### Exercise goal
Below is a listing. Set down exactly the lines from the one containing "v16 (15.5,0,23)" through the one containing "e34 v29 v30", both ends included, and leave out the rest.

┌─ Records for the exercise

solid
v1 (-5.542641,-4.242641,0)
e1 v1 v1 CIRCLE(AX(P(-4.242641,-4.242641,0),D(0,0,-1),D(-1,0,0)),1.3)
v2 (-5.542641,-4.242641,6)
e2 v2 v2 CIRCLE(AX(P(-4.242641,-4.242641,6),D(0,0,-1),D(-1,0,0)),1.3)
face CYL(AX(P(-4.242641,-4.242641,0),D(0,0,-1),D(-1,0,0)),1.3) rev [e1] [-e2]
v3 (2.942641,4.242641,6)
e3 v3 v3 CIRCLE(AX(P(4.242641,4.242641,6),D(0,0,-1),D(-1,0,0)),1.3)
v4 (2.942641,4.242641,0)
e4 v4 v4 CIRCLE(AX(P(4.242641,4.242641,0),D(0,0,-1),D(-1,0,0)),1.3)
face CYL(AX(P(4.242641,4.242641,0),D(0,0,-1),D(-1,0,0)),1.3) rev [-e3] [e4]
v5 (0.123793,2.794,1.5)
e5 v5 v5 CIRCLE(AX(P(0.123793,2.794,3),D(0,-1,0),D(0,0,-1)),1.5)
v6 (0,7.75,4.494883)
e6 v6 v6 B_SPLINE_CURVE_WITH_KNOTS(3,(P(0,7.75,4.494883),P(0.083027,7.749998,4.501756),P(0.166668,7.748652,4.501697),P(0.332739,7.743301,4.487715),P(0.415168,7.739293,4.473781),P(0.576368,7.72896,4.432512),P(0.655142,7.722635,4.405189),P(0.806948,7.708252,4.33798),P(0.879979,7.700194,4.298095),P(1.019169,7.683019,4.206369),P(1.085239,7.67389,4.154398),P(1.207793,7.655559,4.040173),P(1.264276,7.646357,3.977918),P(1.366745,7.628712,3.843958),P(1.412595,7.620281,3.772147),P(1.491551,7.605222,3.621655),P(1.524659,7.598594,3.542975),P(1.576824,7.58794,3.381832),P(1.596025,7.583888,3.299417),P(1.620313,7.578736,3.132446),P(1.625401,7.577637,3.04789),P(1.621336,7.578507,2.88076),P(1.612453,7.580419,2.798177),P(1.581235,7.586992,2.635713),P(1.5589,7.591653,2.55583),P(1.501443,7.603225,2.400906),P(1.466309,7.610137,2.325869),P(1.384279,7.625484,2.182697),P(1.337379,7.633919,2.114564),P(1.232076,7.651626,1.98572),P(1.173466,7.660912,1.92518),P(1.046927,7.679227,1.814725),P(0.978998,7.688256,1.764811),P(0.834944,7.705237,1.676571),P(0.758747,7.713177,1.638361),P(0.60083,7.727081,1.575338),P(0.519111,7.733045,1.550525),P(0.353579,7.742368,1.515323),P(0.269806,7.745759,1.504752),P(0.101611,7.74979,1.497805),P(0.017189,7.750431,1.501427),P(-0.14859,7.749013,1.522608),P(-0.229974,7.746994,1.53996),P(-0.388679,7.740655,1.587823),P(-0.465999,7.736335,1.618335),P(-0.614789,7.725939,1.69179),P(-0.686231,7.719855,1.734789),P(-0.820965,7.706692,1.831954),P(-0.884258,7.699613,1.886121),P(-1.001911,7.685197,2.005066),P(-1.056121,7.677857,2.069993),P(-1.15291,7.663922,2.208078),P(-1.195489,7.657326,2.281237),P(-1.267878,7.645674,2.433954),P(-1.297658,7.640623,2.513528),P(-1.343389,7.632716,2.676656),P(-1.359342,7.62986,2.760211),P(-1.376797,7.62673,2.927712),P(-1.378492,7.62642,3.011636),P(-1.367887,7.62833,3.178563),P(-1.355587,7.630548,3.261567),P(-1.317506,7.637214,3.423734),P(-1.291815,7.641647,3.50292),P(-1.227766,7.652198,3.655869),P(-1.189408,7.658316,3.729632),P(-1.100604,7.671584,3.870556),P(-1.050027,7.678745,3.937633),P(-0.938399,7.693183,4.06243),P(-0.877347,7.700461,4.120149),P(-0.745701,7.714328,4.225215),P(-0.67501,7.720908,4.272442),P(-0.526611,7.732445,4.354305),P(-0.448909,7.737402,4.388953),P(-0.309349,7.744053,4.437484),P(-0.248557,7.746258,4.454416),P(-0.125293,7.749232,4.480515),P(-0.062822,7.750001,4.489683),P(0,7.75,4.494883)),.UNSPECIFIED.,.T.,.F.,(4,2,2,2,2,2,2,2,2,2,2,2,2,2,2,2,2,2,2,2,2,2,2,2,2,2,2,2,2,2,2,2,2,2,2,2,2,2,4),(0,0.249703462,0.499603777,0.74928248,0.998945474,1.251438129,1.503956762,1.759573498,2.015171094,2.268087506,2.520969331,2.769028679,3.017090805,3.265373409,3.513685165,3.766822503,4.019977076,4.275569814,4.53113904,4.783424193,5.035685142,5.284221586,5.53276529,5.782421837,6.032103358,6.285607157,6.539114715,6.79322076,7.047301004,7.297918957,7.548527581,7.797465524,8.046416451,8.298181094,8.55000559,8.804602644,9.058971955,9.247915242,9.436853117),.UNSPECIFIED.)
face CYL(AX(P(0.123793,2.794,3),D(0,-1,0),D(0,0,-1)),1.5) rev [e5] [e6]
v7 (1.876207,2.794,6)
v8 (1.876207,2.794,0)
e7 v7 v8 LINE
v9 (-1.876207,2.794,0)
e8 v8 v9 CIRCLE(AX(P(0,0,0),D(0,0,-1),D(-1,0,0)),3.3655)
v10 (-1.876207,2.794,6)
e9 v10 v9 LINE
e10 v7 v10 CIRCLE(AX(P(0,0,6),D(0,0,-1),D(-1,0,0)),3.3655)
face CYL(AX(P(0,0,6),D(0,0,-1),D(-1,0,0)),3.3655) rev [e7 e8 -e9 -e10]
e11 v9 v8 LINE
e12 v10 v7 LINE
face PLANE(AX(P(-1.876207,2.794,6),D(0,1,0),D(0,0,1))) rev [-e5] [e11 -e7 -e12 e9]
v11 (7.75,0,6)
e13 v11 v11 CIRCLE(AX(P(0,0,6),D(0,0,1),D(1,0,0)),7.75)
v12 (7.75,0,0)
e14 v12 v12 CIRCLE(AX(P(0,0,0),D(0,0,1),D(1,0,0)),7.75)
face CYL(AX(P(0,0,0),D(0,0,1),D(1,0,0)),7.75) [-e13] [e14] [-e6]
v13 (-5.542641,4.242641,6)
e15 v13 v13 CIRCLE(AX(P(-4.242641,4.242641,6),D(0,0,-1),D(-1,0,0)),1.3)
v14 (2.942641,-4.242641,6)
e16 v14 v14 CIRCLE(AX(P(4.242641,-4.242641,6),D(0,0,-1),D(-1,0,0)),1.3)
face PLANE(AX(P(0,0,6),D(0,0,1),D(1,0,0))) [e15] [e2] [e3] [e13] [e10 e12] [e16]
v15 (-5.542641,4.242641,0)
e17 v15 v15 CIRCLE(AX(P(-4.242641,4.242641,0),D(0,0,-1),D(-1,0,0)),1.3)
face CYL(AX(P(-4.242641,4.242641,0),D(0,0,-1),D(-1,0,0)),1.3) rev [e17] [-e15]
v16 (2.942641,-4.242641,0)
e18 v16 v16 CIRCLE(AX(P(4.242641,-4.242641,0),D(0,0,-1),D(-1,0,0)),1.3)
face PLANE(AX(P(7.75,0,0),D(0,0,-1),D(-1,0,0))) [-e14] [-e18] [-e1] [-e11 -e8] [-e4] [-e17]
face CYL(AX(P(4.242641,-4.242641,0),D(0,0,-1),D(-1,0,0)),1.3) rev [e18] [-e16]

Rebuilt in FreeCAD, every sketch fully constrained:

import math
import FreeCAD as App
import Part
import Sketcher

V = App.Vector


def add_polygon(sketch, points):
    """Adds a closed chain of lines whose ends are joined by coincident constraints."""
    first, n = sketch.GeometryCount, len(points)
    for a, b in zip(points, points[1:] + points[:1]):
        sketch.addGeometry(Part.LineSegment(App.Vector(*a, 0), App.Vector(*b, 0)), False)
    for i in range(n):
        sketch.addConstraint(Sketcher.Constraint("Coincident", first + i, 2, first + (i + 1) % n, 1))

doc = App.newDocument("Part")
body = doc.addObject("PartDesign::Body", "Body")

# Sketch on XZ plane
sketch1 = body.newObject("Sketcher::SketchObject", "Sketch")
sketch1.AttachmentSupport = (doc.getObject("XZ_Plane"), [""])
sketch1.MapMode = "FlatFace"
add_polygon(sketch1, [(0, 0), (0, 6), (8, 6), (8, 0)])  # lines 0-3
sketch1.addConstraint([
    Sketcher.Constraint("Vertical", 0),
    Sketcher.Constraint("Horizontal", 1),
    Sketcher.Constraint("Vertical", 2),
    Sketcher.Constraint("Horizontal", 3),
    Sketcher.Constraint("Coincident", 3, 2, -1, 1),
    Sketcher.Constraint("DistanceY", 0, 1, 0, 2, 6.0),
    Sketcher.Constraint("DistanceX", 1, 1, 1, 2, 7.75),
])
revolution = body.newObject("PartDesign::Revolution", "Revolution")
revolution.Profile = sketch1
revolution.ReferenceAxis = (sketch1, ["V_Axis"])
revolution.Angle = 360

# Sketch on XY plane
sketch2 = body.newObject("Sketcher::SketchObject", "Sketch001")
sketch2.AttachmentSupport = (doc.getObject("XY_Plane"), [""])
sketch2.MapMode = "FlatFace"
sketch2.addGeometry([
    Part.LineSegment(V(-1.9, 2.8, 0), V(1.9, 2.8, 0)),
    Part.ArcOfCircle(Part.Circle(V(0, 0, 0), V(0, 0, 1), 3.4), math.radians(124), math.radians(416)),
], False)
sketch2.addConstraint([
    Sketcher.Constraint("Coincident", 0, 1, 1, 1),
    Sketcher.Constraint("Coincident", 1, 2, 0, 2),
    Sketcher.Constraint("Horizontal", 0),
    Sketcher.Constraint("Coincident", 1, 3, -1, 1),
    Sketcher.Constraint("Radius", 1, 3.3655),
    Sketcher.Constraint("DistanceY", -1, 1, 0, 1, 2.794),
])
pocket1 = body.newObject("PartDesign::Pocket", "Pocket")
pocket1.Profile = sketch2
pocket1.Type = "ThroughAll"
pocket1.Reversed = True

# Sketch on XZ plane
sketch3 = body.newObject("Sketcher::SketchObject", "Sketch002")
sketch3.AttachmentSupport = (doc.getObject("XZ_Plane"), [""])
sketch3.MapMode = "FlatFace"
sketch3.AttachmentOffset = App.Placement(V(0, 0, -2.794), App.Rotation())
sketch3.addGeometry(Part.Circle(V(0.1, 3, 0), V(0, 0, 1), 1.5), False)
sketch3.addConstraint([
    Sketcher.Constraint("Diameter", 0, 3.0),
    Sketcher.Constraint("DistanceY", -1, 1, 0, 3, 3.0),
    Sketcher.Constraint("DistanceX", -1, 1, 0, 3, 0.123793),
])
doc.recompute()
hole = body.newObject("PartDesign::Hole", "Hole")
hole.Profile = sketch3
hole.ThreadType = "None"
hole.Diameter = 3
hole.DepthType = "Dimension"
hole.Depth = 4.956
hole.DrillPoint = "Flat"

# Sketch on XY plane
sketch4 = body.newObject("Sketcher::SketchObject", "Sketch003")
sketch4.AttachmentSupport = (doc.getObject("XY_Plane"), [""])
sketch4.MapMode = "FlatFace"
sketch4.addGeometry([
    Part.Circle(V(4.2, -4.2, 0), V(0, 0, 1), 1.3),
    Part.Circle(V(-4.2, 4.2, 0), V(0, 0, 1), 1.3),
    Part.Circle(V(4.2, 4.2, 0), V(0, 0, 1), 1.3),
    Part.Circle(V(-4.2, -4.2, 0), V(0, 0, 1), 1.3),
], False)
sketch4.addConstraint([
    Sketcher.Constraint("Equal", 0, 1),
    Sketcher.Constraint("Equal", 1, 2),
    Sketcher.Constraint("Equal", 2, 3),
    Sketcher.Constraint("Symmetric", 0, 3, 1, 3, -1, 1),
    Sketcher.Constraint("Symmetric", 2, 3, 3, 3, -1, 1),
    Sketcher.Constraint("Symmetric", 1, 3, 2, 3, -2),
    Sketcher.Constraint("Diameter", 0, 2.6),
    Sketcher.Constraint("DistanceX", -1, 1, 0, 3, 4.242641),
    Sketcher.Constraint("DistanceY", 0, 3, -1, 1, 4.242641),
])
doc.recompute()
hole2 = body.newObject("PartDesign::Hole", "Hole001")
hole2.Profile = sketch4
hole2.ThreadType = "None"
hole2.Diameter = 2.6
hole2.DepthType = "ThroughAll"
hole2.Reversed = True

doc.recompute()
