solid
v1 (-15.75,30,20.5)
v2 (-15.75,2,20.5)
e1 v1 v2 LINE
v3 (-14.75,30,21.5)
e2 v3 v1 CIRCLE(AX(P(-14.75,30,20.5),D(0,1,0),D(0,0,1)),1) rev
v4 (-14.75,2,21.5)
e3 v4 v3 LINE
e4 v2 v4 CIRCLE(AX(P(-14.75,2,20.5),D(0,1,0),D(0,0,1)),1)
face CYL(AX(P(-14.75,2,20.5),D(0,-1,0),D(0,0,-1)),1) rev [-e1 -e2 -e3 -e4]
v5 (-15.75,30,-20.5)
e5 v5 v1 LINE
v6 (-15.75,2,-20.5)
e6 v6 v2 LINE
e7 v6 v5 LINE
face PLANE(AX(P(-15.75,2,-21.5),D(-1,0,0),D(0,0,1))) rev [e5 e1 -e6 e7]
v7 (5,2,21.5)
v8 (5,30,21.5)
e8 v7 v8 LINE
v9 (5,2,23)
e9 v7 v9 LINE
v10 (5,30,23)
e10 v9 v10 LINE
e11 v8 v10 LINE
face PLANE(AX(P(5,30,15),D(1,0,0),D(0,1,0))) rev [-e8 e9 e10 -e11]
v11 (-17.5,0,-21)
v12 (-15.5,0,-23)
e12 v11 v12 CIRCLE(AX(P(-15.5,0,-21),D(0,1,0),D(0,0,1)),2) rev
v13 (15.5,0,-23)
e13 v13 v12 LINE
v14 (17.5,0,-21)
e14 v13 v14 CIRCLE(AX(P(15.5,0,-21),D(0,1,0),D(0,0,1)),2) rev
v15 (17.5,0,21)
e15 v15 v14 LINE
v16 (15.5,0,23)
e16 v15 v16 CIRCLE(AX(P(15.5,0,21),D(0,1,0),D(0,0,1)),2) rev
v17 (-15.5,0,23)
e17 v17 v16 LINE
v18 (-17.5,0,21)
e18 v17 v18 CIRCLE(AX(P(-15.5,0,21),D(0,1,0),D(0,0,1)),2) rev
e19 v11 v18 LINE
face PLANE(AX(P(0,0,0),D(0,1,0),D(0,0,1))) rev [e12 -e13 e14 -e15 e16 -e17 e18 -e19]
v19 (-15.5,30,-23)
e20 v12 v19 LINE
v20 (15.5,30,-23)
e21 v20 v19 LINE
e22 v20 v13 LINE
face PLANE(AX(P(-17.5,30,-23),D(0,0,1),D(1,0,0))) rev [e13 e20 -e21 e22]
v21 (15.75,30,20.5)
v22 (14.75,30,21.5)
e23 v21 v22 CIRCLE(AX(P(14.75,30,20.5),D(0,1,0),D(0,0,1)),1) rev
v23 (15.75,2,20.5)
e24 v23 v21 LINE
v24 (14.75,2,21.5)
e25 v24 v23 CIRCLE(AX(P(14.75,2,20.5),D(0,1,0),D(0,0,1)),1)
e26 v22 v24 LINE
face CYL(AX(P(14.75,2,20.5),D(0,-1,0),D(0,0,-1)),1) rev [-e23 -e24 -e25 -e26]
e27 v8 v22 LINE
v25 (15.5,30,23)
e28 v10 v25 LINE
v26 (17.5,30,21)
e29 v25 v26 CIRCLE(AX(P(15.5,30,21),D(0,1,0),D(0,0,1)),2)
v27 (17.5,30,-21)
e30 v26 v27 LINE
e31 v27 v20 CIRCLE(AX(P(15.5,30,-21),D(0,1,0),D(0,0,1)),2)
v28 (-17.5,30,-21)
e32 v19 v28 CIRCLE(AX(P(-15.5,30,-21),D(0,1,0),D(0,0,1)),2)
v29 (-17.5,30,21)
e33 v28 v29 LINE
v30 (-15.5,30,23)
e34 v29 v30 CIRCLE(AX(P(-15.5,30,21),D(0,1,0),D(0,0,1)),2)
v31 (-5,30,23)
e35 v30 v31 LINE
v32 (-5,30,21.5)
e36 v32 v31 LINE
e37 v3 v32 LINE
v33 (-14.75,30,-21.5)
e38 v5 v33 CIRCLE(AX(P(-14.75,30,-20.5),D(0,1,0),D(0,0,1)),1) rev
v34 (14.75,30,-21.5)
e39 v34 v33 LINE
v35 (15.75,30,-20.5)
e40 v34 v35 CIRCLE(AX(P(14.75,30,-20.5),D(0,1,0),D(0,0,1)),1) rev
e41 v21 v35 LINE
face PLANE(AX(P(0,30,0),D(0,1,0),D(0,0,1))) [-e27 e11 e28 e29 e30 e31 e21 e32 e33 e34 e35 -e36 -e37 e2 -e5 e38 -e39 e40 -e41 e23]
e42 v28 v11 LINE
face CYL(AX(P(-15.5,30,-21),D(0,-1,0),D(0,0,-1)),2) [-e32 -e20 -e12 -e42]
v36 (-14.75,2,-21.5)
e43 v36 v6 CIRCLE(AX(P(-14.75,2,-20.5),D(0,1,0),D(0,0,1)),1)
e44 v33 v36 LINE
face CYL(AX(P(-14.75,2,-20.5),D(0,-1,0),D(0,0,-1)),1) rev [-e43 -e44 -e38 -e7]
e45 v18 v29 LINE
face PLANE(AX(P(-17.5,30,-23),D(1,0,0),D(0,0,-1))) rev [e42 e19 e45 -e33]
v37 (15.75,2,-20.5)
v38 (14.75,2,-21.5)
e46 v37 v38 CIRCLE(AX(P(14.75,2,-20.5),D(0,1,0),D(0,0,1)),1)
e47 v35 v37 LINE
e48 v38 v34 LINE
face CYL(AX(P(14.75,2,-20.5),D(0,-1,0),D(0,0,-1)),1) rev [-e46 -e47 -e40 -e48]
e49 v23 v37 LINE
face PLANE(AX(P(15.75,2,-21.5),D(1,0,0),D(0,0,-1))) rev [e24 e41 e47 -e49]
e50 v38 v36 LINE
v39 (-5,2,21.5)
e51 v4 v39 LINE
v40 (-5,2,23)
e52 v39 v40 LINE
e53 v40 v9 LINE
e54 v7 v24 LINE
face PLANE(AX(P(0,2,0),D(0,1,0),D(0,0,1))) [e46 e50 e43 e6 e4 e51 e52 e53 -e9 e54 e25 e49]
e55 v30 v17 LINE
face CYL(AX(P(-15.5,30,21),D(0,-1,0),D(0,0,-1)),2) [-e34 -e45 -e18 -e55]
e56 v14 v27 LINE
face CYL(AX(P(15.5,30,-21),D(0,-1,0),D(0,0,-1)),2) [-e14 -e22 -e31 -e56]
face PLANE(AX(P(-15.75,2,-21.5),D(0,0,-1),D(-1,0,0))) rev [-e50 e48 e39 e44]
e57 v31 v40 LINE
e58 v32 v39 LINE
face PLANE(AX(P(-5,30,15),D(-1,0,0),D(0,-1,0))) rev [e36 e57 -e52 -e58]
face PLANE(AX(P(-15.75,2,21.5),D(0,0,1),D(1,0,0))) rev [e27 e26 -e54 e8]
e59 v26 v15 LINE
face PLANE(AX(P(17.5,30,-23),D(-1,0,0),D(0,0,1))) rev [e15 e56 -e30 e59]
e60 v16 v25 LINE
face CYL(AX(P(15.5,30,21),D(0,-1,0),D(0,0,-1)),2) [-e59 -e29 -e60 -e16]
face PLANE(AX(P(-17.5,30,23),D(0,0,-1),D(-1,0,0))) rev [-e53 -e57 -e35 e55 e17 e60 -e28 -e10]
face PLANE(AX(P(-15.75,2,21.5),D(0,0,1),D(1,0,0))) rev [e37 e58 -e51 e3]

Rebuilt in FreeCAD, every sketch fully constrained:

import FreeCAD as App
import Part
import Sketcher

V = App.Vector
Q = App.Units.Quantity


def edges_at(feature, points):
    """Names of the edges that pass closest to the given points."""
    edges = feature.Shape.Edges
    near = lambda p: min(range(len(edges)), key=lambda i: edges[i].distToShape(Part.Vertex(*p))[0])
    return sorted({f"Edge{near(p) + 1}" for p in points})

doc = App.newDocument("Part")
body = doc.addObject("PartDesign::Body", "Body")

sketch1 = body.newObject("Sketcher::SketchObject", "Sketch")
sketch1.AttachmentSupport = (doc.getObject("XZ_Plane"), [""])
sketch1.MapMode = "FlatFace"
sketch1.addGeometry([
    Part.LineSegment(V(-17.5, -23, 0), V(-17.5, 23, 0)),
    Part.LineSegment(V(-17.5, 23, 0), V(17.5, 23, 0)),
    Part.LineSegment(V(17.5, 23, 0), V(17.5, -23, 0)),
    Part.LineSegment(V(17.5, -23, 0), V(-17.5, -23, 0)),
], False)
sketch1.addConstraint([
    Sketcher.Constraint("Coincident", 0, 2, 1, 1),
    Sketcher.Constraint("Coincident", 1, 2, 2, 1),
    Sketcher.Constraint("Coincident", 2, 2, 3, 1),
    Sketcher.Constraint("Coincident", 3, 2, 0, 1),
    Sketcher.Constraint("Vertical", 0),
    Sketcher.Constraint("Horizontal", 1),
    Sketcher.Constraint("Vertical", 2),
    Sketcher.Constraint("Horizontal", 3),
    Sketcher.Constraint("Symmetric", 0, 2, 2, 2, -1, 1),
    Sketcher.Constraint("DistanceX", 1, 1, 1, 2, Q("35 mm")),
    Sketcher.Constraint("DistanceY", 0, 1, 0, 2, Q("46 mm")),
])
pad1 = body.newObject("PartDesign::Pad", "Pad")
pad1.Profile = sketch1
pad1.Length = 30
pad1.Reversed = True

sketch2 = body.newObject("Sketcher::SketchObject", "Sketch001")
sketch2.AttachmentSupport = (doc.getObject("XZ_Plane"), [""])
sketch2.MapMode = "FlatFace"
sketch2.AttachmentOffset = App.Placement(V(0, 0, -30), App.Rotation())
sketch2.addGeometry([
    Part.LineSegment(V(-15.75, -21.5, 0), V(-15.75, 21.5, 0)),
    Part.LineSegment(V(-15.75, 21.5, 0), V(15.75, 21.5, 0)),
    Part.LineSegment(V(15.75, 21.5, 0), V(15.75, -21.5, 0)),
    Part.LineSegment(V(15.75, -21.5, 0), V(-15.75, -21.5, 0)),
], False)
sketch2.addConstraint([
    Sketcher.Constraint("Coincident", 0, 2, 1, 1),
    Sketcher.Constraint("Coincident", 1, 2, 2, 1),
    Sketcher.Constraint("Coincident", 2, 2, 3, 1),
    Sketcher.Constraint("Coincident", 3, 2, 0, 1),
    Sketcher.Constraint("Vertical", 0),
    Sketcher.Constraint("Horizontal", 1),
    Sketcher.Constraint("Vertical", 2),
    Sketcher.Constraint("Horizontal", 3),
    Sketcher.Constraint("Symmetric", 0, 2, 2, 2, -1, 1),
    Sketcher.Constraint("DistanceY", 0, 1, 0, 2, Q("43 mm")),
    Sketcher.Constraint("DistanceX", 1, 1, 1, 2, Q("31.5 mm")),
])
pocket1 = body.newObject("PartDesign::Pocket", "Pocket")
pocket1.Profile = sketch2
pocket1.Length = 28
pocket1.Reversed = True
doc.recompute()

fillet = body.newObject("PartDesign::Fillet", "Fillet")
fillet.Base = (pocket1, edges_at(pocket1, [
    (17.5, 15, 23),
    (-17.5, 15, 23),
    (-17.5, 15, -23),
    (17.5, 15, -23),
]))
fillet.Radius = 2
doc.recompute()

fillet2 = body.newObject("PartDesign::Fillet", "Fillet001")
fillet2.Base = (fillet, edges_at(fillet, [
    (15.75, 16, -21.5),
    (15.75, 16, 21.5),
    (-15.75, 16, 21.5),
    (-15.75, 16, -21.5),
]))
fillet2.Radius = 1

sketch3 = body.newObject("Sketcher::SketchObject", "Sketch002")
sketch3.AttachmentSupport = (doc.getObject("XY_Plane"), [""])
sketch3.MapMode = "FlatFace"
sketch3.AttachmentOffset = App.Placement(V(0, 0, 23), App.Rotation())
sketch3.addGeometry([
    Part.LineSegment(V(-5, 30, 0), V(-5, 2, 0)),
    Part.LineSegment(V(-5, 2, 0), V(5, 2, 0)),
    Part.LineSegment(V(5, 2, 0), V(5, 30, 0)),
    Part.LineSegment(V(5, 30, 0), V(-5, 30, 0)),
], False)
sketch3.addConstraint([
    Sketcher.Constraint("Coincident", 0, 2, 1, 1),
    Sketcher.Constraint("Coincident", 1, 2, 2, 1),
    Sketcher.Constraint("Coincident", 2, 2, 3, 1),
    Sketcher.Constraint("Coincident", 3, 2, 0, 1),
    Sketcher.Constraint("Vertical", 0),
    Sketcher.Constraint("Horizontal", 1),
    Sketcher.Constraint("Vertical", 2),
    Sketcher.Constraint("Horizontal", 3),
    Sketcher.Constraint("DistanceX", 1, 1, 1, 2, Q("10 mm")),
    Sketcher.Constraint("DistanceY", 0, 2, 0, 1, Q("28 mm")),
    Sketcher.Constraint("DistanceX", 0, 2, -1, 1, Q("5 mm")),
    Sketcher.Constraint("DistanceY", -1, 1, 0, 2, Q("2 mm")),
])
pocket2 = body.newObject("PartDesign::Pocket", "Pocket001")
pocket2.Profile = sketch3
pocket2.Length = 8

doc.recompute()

└─

### Answer to this exercise
v16 (15.5,0,23)
e16 v15 v16 CIRCLE(AX(P(15.5,0,21),D(0,1,0),D(0,0,1)),2) rev
v17 (-15.5,0,23)
e17 v17 v16 LINE
v18 (-17.5,0,21)
e18 v17 v18 CIRCLE(AX(P(-15.5,0,21),D(0,1,0),D(0,0,1)),2) rev
e19 v11 v18 LINE
face PLANE(AX(P(0,0,0),D(0,1,0),D(0,0,1))) rev [e12 -e13 e14 -e15 e16 -e17 e18 -e19]
v19 (-15.5,30,-23)
e20 v12 v19 LINE
v20 (15.5,30,-23)
e21 v20 v19 LINE
e22 v20 v13 LINE
face PLANE(AX(P(-17.5,30,-23),D(0,0,1),D(1,0,0))) rev [e13 e20 -e21 e22]
v21 (15.75,30,20.5)
v22 (14.75,30,21.5)
e23 v21 v22 CIRCLE(AX(P(14.75,30,20.5),D(0,1,0),D(0,0,1)),1) rev
v23 (15.75,2,20.5)
e24 v23 v21 LINE
v24 (14.75,2,21.5)
e25 v24 v23 CIRCLE(AX(P(14.75,2,20.5),D(0,1,0),D(0,0,1)),1)
e26 v22 v24 LINE
face CYL(AX(P(14.75,2,20.5),D(0,-1,0),D(0,0,-1)),1) rev [-e23 -e24 -e25 -e26]
e27 v8 v22 LINE
v25 (15.5,30,23)
e28 v10 v25 LINE
v26 (17.5,30,21)
e29 v25 v26 CIRCLE(AX(P(15.5,30,21),D(0,1,0),D(0,0,1)),2)
v27 (17.5,30,-21)
e30 v26 v27 LINE
e31 v27 v20 CIRCLE(AX(P(15.5,30,-21),D(0,1,0),D(0,0,1)),2)
v28 (-17.5,30,-21)
e32 v19 v28 CIRCLE(AX(P(-15.5,30,-21),D(0,1,0),D(0,0,1)),2)
v29 (-17.5,30,21)
e33 v28 v29 LINE
v30 (-15.5,30,23)
e34 v29 v30 CIRCLE(AX(P(-15.5,30,21),D(0,1,0),D(0,0,1)),2)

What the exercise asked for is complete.